▶ Work instruction
Starting at the line that contains "v56 (42.5,55,0)" and ending at the line that contains "e80 v24 v28 LINE", the lines below are to be given again exactly, with nothing added.
--- Material supplied Enclosed Below ---
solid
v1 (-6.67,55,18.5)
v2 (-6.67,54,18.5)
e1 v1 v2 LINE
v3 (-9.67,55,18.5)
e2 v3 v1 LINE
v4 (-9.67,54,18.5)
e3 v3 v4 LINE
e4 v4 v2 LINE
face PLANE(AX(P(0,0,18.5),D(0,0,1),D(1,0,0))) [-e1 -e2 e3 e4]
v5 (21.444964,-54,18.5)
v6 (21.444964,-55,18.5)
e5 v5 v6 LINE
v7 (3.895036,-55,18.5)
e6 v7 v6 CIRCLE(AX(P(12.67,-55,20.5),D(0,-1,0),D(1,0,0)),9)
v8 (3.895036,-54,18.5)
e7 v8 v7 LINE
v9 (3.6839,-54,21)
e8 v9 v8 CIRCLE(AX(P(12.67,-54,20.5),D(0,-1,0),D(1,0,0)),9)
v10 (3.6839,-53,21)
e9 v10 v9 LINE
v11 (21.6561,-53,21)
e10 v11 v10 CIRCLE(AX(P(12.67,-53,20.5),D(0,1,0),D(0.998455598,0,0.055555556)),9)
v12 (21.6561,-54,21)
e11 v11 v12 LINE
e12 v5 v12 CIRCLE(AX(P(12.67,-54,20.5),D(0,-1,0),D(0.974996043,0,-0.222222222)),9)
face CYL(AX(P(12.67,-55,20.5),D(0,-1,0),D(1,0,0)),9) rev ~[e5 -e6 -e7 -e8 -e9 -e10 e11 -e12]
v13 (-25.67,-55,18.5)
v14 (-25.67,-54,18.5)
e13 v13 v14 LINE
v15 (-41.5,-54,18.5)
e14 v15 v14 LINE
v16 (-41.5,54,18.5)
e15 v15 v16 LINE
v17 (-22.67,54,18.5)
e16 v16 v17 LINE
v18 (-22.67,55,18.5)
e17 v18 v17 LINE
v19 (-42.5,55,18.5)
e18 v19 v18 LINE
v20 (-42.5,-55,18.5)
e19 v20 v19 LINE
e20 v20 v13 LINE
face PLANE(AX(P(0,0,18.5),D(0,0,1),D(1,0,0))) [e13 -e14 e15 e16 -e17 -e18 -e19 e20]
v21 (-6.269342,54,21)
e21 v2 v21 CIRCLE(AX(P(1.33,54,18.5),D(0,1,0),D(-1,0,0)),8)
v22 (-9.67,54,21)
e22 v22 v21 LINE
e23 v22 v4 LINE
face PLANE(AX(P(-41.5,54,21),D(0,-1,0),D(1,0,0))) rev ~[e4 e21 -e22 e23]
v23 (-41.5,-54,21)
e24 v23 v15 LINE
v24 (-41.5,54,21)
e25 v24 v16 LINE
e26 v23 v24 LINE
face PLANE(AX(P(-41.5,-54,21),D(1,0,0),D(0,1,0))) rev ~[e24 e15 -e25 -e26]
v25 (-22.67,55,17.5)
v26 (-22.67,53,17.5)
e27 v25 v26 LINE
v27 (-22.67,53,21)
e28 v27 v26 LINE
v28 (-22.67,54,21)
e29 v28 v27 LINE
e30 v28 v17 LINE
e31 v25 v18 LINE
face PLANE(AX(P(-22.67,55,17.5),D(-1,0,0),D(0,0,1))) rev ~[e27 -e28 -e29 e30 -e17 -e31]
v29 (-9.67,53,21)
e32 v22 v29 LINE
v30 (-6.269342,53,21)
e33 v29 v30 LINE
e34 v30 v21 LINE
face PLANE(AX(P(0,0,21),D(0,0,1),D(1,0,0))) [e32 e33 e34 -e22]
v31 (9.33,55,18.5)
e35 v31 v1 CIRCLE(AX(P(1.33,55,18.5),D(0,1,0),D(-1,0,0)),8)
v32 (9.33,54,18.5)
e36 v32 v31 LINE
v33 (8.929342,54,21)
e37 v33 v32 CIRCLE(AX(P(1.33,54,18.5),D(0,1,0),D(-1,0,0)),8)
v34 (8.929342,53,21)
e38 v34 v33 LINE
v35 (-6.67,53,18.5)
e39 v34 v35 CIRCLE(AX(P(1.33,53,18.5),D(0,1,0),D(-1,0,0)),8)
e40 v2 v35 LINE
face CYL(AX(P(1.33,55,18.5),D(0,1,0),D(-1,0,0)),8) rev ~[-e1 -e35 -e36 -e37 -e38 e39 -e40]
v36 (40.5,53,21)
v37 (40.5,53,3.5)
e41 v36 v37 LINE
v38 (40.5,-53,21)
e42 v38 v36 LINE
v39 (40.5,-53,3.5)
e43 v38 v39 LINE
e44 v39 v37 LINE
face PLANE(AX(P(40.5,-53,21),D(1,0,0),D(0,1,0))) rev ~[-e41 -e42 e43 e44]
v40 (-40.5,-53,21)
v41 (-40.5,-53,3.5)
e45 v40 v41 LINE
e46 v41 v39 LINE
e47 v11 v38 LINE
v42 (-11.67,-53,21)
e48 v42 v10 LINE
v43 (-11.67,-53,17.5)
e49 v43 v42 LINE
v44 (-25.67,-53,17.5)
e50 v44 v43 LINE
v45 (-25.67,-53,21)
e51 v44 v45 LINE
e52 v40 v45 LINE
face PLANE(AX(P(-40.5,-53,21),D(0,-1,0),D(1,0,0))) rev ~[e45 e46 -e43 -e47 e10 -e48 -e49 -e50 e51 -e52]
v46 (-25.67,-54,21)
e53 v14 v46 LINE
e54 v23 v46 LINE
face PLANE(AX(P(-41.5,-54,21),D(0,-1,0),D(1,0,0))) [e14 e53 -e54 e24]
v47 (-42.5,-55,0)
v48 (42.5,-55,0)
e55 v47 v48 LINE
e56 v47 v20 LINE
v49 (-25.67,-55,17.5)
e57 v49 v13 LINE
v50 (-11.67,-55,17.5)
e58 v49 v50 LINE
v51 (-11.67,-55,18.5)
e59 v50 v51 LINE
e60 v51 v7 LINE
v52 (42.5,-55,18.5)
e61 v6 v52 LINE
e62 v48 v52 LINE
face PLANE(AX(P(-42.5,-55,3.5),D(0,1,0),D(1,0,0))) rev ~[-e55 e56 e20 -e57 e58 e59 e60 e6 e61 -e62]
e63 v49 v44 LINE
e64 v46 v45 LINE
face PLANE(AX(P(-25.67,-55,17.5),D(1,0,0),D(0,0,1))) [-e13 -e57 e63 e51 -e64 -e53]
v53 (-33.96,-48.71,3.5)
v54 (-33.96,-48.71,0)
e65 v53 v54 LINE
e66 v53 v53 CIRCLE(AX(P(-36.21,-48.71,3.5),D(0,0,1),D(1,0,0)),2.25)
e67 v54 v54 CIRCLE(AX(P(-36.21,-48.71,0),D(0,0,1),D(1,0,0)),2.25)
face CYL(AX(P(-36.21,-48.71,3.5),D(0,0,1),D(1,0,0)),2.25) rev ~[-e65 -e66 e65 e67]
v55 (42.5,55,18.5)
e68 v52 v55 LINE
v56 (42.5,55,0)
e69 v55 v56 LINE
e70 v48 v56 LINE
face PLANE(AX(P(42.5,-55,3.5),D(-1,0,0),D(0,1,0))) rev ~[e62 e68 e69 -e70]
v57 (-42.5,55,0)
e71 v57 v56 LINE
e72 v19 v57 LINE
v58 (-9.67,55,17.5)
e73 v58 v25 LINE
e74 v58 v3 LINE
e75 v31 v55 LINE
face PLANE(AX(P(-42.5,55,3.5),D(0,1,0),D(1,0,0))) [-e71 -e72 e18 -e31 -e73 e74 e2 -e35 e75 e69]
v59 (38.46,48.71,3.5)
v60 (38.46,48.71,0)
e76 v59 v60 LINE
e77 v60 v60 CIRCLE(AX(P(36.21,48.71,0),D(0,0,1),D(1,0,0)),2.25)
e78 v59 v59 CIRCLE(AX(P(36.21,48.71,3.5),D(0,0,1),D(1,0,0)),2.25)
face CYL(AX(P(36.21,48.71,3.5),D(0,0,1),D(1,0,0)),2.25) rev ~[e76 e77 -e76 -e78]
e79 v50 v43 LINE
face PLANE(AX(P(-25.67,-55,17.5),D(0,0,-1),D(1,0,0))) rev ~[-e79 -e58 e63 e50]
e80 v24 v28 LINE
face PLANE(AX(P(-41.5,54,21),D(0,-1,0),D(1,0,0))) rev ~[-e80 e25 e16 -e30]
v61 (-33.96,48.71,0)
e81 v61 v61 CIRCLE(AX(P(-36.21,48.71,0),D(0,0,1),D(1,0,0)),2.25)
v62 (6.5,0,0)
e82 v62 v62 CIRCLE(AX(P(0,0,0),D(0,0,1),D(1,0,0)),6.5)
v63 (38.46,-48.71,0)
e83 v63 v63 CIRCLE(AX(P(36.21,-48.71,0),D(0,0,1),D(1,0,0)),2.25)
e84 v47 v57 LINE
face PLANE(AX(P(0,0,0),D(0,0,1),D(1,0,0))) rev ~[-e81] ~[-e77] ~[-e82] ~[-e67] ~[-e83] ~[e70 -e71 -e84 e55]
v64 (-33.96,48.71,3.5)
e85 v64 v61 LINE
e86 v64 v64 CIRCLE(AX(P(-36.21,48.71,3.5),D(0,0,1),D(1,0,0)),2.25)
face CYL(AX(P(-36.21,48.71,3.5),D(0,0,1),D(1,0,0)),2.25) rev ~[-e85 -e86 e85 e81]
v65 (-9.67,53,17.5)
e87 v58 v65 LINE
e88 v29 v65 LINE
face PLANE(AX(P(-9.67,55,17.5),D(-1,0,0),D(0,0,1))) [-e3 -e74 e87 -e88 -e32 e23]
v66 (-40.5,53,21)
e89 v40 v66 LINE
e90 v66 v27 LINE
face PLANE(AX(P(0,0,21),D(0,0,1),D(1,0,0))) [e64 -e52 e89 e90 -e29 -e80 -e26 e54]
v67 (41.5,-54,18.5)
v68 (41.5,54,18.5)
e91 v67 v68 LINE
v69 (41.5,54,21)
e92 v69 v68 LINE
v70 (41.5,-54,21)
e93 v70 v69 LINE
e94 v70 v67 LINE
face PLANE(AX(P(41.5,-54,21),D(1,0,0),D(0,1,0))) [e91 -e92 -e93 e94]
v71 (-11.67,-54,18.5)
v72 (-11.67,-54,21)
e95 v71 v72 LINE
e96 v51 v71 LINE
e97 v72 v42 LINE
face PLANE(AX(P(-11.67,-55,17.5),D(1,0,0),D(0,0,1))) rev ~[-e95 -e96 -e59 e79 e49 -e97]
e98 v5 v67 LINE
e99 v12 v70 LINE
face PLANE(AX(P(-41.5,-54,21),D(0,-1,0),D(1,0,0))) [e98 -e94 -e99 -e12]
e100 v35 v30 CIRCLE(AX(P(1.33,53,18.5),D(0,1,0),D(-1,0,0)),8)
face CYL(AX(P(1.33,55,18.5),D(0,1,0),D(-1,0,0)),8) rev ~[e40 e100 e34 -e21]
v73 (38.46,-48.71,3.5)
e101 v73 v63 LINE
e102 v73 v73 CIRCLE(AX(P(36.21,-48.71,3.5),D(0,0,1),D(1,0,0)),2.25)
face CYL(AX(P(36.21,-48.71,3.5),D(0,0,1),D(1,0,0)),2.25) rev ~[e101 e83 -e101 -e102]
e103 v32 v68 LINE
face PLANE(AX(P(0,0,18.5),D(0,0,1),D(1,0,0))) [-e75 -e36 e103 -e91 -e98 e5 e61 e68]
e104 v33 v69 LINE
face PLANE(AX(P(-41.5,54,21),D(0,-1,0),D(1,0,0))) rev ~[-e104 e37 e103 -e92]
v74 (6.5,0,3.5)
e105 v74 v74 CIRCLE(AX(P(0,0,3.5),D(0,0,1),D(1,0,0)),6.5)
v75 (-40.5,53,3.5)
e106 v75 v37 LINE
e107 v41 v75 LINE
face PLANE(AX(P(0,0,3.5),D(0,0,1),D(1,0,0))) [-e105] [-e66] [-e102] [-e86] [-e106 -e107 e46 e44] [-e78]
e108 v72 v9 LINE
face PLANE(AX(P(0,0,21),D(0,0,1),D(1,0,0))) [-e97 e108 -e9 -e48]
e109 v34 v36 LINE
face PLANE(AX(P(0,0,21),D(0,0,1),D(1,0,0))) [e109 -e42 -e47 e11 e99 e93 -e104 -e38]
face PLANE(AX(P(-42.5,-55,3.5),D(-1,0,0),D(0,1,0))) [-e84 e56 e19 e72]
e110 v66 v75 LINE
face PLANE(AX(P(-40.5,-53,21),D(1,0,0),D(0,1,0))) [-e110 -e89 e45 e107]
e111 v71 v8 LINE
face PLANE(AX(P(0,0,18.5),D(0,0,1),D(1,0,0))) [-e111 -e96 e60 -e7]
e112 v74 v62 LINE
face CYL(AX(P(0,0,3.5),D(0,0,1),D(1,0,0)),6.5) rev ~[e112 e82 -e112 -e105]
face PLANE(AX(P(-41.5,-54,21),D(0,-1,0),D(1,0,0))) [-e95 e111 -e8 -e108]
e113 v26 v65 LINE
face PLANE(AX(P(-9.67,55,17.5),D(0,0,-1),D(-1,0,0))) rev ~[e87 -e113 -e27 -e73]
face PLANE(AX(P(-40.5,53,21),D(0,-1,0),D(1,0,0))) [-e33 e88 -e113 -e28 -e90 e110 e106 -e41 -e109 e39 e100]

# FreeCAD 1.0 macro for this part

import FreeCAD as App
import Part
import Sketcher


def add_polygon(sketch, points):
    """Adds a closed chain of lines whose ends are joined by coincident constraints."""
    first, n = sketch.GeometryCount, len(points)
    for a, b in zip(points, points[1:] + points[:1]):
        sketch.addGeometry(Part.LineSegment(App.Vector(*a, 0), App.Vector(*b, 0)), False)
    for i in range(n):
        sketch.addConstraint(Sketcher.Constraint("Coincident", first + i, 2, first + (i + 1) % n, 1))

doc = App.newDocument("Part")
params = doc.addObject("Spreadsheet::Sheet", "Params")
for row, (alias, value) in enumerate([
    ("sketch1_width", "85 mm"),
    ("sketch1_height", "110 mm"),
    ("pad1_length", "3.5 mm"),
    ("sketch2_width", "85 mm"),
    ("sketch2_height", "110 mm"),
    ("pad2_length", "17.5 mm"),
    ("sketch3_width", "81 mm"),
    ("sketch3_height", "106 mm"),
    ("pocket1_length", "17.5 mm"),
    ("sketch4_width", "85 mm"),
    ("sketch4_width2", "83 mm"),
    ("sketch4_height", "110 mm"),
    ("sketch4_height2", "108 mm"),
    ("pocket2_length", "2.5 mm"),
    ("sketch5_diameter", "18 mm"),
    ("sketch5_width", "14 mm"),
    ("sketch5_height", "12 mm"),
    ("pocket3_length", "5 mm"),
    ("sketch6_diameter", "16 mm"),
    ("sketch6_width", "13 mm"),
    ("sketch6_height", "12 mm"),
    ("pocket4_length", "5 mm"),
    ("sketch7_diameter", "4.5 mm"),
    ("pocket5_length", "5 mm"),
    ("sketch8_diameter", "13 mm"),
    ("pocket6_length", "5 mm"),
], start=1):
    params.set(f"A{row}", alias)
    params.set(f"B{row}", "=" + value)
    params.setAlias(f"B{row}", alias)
--- End of Enclosed Material supplied ---
▶ Task result
v56 (42.5,55,0)
e69 v55 v56 LINE
e70 v48 v56 LINE
face PLANE(AX(P(42.5,-55,3.5),D(-1,0,0),D(0,1,0))) rev ~[e62 e68 e69 -e70]
v57 (-42.5,55,0)
e71 v57 v56 LINE
e72 v19 v57 LINE
v58 (-9.67,55,17.5)
e73 v58 v25 LINE
e74 v58 v3 LINE
e75 v31 v55 LINE
face PLANE(AX(P(-42.5,55,3.5),D(0,1,0),D(1,0,0))) [-e71 -e72 e18 -e31 -e73 e74 e2 -e35 e75 e69]
v59 (38.46,48.71,3.5)
v60 (38.46,48.71,0)
e76 v59 v60 LINE
e77 v60 v60 CIRCLE(AX(P(36.21,48.71,0),D(0,0,1),D(1,0,0)),2.25)
e78 v59 v59 CIRCLE(AX(P(36.21,48.71,3.5),D(0,0,1),D(1,0,0)),2.25)
face CYL(AX(P(36.21,48.71,3.5),D(0,0,1),D(1,0,0)),2.25) rev ~[e76 e77 -e76 -e78]
e79 v50 v43 LINE
face PLANE(AX(P(-25.67,-55,17.5),D(0,0,-1),D(1,0,0))) rev ~[-e79 -e58 e63 e50]
e80 v24 v28 LINE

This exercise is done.